# Anyone here from Hawai'i?



## LittleMrsWildside (Jun 12, 2013)

Hello everybody, I'm a newbie to the world of goat raising, and I was wondering if there was anyone in the forum that lives in (or has lived in) Hawai'i? I'd love to find some fellow goat lovers that live close by.. I'd like some advice, you know.. pick your brain about the geographical and botanical qualities here in the islands.. I've just got some odd questions, typical newbie questions probably.. 

:laugh:

I live on the Big Island, in Mt. View.
But hey, if there is anyone out there that thinks they can help out a fellow goat lover, than I'm all ears


----------



## nchen7 (Feb 25, 2013)

Welcome from Barbados!

There are a few here who live in Hawaii!! Dayna for one, but I can't think of any others.


----------



## FarmerJen (Oct 18, 2012)

Get back to me in 5-10 years.  Went to Oahu for the first time two years ago and instantly fell in love. Headed to Kona & Hilo later this summer. Only place I've ever visited that made me instantly (and seriously!) want to move there! My current plan is to visit each island over the next few years and see which I like best. I'll be an "empty nester" in the next couple years... so ya never know... I might just do it! The idea of being able to garden year round makes it AWFULLY hard to resist!
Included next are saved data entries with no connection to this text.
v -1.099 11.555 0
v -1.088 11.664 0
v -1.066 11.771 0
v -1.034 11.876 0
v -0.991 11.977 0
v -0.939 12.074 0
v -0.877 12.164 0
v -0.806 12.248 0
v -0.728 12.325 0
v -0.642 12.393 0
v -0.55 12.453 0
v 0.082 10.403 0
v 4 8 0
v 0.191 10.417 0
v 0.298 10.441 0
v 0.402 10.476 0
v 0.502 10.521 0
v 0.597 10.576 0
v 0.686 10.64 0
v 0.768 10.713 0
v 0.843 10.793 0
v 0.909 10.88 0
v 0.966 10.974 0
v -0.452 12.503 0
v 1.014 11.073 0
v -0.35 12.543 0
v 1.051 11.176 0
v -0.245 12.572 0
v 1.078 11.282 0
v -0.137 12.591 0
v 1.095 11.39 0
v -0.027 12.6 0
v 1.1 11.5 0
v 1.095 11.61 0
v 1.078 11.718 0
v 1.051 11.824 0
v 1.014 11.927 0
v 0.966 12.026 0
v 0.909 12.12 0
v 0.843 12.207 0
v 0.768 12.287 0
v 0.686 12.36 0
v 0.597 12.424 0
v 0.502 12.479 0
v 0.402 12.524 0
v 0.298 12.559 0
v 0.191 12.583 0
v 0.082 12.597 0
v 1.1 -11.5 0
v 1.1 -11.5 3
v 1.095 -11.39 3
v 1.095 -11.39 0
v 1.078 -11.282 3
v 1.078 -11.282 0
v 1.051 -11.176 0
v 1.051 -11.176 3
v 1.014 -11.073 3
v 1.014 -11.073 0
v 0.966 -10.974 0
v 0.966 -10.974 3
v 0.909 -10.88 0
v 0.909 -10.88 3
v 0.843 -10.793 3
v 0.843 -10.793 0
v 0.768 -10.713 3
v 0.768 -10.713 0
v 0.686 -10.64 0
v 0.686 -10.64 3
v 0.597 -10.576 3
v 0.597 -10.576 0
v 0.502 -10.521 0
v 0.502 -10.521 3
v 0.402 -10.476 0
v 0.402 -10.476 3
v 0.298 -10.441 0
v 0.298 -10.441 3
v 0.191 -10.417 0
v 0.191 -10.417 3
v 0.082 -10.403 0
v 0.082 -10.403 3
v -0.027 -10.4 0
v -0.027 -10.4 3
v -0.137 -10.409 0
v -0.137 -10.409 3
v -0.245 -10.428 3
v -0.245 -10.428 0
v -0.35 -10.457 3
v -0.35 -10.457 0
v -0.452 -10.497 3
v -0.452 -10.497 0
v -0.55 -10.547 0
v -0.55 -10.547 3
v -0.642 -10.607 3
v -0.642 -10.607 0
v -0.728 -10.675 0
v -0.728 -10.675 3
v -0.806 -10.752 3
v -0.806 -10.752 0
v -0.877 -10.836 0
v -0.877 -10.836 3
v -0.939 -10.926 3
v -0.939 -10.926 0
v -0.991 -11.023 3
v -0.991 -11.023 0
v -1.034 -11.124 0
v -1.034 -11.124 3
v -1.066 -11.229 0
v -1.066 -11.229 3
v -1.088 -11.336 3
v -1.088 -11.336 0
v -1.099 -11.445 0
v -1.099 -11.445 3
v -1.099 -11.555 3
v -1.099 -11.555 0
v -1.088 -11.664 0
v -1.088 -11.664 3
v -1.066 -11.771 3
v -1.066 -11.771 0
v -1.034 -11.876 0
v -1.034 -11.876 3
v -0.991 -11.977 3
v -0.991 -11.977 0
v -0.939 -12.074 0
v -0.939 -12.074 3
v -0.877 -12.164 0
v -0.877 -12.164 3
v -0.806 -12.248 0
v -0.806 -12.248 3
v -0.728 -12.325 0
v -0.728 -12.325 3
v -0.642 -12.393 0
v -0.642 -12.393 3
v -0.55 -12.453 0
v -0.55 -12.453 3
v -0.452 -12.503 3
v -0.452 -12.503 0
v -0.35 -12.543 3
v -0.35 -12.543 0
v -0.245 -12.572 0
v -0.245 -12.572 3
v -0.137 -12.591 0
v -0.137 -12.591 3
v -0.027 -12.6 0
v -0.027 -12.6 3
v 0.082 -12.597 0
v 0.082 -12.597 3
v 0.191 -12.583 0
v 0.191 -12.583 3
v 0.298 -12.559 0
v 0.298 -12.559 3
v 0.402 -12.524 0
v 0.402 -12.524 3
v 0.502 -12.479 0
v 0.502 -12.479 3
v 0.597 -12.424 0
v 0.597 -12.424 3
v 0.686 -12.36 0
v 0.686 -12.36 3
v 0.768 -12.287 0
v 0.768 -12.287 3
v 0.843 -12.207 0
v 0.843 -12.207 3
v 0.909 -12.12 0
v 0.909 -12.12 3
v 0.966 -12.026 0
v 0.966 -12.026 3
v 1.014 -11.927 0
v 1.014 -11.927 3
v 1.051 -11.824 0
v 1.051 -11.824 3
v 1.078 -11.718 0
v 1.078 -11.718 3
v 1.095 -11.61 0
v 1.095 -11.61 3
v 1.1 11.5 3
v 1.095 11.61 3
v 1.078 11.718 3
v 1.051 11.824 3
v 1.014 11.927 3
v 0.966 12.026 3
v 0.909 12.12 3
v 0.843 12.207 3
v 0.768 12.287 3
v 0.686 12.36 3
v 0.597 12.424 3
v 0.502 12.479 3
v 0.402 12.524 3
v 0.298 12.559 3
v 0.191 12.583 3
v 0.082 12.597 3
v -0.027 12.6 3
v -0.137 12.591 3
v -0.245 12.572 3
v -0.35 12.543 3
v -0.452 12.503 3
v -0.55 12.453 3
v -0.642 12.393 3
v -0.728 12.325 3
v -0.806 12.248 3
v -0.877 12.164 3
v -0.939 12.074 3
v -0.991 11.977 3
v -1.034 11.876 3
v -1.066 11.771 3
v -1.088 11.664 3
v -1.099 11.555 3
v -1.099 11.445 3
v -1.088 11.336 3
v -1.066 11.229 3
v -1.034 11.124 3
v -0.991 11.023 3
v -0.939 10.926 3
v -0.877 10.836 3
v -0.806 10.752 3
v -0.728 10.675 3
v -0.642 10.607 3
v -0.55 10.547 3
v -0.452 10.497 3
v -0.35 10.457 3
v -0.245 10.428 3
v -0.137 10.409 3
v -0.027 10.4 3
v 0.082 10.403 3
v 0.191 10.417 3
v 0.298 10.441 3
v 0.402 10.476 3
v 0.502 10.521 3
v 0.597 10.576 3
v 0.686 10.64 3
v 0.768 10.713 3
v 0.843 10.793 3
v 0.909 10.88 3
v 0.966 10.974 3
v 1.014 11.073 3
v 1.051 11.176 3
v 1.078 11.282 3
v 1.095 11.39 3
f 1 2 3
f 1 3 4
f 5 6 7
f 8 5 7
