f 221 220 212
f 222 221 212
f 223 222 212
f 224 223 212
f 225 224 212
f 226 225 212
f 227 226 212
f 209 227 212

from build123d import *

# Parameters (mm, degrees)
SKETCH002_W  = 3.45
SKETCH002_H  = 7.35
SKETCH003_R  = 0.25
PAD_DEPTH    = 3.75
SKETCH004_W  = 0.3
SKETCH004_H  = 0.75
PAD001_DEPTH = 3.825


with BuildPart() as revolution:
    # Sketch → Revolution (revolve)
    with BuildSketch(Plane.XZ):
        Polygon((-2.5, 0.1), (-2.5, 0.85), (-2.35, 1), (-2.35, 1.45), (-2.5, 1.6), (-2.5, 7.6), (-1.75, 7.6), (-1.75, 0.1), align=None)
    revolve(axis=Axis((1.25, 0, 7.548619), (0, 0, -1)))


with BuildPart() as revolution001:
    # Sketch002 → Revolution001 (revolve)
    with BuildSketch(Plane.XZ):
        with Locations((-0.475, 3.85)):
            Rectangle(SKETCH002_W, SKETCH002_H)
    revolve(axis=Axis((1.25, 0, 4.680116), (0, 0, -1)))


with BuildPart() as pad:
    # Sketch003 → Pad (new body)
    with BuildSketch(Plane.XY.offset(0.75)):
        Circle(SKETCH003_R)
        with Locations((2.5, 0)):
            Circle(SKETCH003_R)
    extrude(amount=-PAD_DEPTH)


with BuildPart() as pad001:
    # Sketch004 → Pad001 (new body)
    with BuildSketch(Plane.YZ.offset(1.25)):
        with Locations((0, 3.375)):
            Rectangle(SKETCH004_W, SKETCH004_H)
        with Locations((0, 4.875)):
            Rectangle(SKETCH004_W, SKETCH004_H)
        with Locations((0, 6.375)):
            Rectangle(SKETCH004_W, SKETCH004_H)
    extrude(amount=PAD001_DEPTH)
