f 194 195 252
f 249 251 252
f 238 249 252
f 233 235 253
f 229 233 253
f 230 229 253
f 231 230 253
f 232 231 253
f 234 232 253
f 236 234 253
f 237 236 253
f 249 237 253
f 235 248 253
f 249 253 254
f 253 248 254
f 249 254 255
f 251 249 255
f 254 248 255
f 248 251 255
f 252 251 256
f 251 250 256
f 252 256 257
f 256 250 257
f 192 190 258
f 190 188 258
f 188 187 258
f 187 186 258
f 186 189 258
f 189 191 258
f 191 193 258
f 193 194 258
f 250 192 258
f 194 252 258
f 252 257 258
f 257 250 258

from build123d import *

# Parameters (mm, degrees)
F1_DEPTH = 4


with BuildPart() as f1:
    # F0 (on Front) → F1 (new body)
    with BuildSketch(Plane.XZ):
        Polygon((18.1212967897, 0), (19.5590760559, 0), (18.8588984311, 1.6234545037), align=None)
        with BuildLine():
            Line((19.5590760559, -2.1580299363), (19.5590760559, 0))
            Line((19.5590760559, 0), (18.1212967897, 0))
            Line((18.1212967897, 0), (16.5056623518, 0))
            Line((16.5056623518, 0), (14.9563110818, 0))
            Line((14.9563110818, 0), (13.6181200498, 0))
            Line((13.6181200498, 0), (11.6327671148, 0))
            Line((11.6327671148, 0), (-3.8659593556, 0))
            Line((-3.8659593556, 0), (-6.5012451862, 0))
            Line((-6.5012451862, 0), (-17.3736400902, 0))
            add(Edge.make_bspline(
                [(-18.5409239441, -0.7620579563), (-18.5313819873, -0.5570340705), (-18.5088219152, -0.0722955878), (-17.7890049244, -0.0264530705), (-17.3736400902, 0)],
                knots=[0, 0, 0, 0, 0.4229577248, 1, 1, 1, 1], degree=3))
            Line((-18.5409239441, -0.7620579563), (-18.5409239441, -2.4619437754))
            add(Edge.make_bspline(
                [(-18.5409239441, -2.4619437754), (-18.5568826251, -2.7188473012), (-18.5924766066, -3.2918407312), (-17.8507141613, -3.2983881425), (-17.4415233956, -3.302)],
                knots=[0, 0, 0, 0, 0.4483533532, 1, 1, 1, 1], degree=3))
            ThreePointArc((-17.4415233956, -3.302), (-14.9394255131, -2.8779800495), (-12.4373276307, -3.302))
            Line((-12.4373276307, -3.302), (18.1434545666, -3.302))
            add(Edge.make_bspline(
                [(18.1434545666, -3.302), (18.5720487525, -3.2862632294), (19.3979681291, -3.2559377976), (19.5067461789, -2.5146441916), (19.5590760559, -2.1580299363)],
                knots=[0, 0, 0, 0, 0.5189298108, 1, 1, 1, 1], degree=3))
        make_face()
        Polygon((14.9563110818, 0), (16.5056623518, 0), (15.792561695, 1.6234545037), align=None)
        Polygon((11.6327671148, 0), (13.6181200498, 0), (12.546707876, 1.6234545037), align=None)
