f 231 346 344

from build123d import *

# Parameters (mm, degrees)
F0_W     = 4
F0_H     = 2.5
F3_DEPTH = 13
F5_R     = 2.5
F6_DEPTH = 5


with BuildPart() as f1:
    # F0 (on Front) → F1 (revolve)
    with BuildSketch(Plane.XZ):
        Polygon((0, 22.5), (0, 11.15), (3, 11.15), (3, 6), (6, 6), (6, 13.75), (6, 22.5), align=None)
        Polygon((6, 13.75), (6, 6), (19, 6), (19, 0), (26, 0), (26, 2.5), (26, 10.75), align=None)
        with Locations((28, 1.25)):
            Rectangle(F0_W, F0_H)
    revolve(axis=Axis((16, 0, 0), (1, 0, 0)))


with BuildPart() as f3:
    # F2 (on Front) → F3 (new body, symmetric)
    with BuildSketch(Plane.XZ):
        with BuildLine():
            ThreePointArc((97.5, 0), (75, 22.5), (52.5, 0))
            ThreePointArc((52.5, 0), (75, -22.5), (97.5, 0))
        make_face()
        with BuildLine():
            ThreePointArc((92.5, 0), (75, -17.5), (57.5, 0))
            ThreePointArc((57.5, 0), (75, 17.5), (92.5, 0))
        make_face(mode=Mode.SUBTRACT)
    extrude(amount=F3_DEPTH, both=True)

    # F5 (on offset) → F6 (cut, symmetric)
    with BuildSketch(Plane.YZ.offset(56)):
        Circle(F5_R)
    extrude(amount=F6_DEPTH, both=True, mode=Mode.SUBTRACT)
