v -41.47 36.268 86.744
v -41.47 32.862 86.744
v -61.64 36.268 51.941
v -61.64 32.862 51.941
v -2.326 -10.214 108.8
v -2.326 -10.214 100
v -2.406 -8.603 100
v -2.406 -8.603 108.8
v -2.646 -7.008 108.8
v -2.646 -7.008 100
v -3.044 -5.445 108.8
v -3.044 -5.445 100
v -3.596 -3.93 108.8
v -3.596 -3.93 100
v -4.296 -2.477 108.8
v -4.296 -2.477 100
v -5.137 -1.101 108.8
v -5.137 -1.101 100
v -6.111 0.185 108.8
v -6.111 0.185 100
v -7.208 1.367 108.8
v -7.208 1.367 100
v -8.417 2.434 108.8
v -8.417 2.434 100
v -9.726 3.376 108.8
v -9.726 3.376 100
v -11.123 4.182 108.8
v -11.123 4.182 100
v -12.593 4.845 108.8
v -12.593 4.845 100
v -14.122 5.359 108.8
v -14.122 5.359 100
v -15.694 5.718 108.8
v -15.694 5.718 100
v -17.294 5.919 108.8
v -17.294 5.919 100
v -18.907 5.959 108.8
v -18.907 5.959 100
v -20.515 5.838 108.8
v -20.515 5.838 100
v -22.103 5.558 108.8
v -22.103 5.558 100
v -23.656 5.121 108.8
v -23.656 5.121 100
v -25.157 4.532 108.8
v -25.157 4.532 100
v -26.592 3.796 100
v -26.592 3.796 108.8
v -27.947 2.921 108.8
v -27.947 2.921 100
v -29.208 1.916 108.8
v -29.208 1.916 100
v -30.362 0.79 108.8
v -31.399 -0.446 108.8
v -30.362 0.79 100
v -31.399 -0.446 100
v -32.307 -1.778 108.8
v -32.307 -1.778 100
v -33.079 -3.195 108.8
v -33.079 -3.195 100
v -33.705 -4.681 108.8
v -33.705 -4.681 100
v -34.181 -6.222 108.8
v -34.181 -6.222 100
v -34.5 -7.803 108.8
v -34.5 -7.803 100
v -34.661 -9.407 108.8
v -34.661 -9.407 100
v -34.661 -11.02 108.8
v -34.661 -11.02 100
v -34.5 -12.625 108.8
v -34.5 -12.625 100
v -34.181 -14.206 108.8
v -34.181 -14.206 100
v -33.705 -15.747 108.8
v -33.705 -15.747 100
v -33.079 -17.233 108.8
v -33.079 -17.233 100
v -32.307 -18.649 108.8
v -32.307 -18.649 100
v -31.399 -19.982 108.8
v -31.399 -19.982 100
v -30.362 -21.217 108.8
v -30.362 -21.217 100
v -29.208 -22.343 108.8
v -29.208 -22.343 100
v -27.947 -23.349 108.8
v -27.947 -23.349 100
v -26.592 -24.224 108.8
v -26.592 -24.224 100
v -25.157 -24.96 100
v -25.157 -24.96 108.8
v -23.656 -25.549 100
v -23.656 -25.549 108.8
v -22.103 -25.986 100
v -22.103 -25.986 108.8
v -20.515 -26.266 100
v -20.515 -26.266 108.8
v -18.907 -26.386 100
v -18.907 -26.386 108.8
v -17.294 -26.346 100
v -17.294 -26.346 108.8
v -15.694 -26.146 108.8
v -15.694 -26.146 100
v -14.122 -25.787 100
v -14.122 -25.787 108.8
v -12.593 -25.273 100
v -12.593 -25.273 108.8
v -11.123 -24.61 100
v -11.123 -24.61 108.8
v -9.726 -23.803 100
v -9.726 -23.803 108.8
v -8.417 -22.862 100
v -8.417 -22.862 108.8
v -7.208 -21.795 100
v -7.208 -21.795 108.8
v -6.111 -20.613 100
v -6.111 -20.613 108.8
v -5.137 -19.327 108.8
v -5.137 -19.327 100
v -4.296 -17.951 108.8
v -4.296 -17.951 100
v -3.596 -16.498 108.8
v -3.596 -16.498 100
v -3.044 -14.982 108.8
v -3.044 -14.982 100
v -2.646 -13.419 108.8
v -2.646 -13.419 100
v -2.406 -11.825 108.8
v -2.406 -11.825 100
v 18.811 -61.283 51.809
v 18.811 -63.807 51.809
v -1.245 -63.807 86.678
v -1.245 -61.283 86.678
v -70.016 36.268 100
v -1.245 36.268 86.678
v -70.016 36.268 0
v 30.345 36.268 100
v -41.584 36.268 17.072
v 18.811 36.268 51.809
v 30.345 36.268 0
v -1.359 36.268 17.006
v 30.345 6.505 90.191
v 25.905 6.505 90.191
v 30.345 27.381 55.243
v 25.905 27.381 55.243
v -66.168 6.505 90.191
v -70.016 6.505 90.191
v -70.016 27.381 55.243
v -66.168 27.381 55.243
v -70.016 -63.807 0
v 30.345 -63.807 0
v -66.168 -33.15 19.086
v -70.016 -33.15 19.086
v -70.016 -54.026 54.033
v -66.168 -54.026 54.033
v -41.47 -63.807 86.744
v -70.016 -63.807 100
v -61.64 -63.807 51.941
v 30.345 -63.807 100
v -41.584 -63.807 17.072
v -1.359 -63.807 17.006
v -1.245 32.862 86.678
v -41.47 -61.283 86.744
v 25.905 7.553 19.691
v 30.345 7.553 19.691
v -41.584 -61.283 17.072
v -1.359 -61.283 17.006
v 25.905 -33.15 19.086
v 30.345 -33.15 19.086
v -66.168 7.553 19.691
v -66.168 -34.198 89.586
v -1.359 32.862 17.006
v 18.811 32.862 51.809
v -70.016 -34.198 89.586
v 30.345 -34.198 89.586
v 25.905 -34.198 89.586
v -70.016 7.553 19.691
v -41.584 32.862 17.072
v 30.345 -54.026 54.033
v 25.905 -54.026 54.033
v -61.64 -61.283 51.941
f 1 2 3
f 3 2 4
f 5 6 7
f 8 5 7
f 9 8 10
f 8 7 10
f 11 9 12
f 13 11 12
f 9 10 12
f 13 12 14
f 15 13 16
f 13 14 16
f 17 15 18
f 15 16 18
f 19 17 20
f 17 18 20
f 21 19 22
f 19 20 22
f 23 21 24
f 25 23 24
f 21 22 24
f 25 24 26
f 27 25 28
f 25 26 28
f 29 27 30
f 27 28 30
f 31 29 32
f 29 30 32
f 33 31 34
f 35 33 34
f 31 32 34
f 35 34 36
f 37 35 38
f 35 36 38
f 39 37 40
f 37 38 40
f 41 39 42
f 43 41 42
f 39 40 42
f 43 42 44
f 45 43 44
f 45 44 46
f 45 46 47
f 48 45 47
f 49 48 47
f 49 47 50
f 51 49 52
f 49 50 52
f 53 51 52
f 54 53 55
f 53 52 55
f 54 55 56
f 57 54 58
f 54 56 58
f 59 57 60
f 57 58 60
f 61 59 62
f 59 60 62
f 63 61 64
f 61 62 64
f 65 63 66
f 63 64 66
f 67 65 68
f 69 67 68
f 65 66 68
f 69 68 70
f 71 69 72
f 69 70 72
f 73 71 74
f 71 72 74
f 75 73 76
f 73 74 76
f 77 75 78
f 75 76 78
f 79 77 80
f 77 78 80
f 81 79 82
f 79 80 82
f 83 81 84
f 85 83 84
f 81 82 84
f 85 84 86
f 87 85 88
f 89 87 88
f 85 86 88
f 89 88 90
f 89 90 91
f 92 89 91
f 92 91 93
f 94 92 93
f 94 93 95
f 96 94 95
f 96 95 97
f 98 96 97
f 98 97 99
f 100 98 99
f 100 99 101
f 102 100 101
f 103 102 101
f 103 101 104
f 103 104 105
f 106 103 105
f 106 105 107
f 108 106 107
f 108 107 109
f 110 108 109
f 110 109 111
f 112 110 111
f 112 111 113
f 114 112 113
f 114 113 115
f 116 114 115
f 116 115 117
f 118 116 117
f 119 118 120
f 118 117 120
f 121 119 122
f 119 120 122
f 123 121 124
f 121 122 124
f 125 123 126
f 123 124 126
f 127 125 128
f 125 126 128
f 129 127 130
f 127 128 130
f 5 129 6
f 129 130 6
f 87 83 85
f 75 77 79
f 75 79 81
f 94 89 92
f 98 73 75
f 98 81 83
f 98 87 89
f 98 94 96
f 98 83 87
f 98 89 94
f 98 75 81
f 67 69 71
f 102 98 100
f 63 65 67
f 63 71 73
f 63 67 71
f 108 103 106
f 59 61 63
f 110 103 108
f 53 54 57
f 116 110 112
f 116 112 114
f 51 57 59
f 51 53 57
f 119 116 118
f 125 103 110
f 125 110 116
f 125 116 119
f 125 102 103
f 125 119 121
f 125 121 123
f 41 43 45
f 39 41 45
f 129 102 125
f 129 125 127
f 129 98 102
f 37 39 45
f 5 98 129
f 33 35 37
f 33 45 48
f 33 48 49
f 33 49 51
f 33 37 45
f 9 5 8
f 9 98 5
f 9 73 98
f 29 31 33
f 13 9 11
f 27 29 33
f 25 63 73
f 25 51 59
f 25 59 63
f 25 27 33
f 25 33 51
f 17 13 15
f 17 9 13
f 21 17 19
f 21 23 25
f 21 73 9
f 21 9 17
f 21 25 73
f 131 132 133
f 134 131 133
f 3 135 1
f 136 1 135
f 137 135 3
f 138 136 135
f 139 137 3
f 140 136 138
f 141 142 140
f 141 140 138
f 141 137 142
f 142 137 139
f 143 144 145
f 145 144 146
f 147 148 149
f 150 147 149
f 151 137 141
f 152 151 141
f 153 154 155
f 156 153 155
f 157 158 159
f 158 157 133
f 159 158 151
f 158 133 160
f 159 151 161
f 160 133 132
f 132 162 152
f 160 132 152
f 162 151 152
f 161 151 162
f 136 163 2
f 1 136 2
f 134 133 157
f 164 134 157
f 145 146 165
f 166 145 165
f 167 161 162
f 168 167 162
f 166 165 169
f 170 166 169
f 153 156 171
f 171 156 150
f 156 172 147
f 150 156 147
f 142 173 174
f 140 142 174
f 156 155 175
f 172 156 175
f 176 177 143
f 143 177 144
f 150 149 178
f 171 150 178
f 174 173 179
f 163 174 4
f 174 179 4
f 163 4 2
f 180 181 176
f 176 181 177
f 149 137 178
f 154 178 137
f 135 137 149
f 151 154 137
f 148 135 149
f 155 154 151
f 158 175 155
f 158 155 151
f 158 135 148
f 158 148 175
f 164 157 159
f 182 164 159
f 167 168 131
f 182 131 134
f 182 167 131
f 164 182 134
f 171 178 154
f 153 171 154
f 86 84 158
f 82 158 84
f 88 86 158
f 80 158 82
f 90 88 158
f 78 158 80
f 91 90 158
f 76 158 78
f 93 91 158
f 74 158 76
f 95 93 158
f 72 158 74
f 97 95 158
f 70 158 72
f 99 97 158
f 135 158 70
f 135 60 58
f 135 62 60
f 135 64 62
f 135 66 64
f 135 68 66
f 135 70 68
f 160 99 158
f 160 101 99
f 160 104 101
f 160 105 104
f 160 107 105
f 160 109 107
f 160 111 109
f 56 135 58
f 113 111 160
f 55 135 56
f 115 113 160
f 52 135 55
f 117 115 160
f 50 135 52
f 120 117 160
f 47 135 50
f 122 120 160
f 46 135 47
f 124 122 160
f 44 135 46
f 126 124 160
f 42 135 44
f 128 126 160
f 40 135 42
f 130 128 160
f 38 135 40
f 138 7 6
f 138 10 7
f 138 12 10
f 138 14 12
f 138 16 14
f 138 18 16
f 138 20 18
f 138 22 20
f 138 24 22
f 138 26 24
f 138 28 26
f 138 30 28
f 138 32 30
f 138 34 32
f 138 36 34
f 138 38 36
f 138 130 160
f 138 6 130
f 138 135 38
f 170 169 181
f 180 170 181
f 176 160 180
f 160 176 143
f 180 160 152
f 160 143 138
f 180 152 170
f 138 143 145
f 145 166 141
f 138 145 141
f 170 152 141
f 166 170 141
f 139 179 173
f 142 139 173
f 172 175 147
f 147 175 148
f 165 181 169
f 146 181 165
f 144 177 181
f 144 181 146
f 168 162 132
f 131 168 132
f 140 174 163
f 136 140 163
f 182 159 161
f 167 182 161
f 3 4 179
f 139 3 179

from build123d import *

# Parameters (mm, degrees)
F0_W      = 100.361844
F0_H      = 100.074067
F1_DEPTH  = 100
F3_DEPTH  = 114
F4_W      = 94.14474
F4_H      = 94.934216
F5_DEPTH  = 95
F7_DEPTH  = 134
F8_W      = 92.072367
F8_H      = 92.960529
F9_DEPTH  = 94.6
F10_R     = 16.177591
F11_DEPTH = 8.8


with BuildPart() as f1:
    # F0 (on Top) → F1 (new body)
    with BuildSketch(Plane.XY):
        with Locations((-19.835529, -13.769492)):
            Rectangle(F0_W, F0_H)
    extrude(amount=F1_DEPTH)

    # F2 (on face) → F3 (cut)
    with BuildSketch(Plane.XZ.offset(63.806526)):
        Polygon((18.810559, 51.808965), (-1.24477, 86.677882), (-41.469803, 86.743916), (-61.639506, 51.941033), (-41.584177, 17.072116), (-1.359144, 17.006082), align=None)
    extrude(amount=-F3_DEPTH, mode=Mode.SUBTRACT)

    # F4 (on face) → F5 (join)
    with BuildSketch(Plane(origin=(-70.016451, 0, 0), x_dir=(0, -1, 0), z_dir=(-1, 0, 0))):
        with Locations((14.210526, 50.000002)):
            Rectangle(F4_W, F4_H)
    extrude(amount=-F5_DEPTH)

    # F6 (on face) → F7 (cut)
    with BuildSketch(Plane(origin=(-70.016451, 0, 0), x_dir=(0, -1, 0), z_dir=(-1, 0, 0))):
        Polygon((54.025555, 54.032898), (34.198133, 89.585522), (-6.505054, 90.190783), (-27.380819, 55.243419), (-7.553397, 19.690795), (33.149791, 19.085534), align=None)
    extrude(amount=-F7_DEPTH, mode=Mode.SUBTRACT)

    # F8 (on face) → F9 (join)
    with BuildSketch(Plane.XY.offset(100)):
        with Locations((-20.13158, -13.766448)):
            Rectangle(F8_W, F8_H)
    extrude(amount=-F9_DEPTH)

    # F10 (on face) → F11 (join)
    with BuildSketch(Plane.XY.offset(100)):
        with Locations((-18.50329, -10.213816)):
            Circle(F10_R)
    extrude(amount=F11_DEPTH)


solid = f1.part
I know there's at least one person that posts a lot from Hawaii... though I can't remember who. I love seeing posts from those of you in Hawaii though! If/when I move there... I will definitely be having goats.


----------



## Texaslass (May 15, 2013)

We thought about moving there once!  I think Dayna lives in Hawaii. She has a thread going right now about her goat Cupcake.Welcome!


----------



## Little-Bits-N-Pieces (Apr 7, 2013)

I used to live there. For about 2 months.....
I still have property there, but I couldn't tell you a thing about the plants there. lol


----------



## goathiker (Apr 14, 2011)

Party vacation at Bits and Pieces property everyone!!!!!!


----------



## Little-Bits-N-Pieces (Apr 7, 2013)

goathiker said:


> Party vacation at Bits and Pieces property everyone!!!!!!


:ROFL:

That's really funny, you could throw a massive party there and I'd be none the wiser! I'm way to far from Hawaii to even know whats going on over there.


----------



## LittleMrsWildside (Jun 12, 2013)

nchen7 said:


> Welcome from Barbados!
> 
> There are a few here who live in Hawaii!! Dayna for one, but I can't think of any others.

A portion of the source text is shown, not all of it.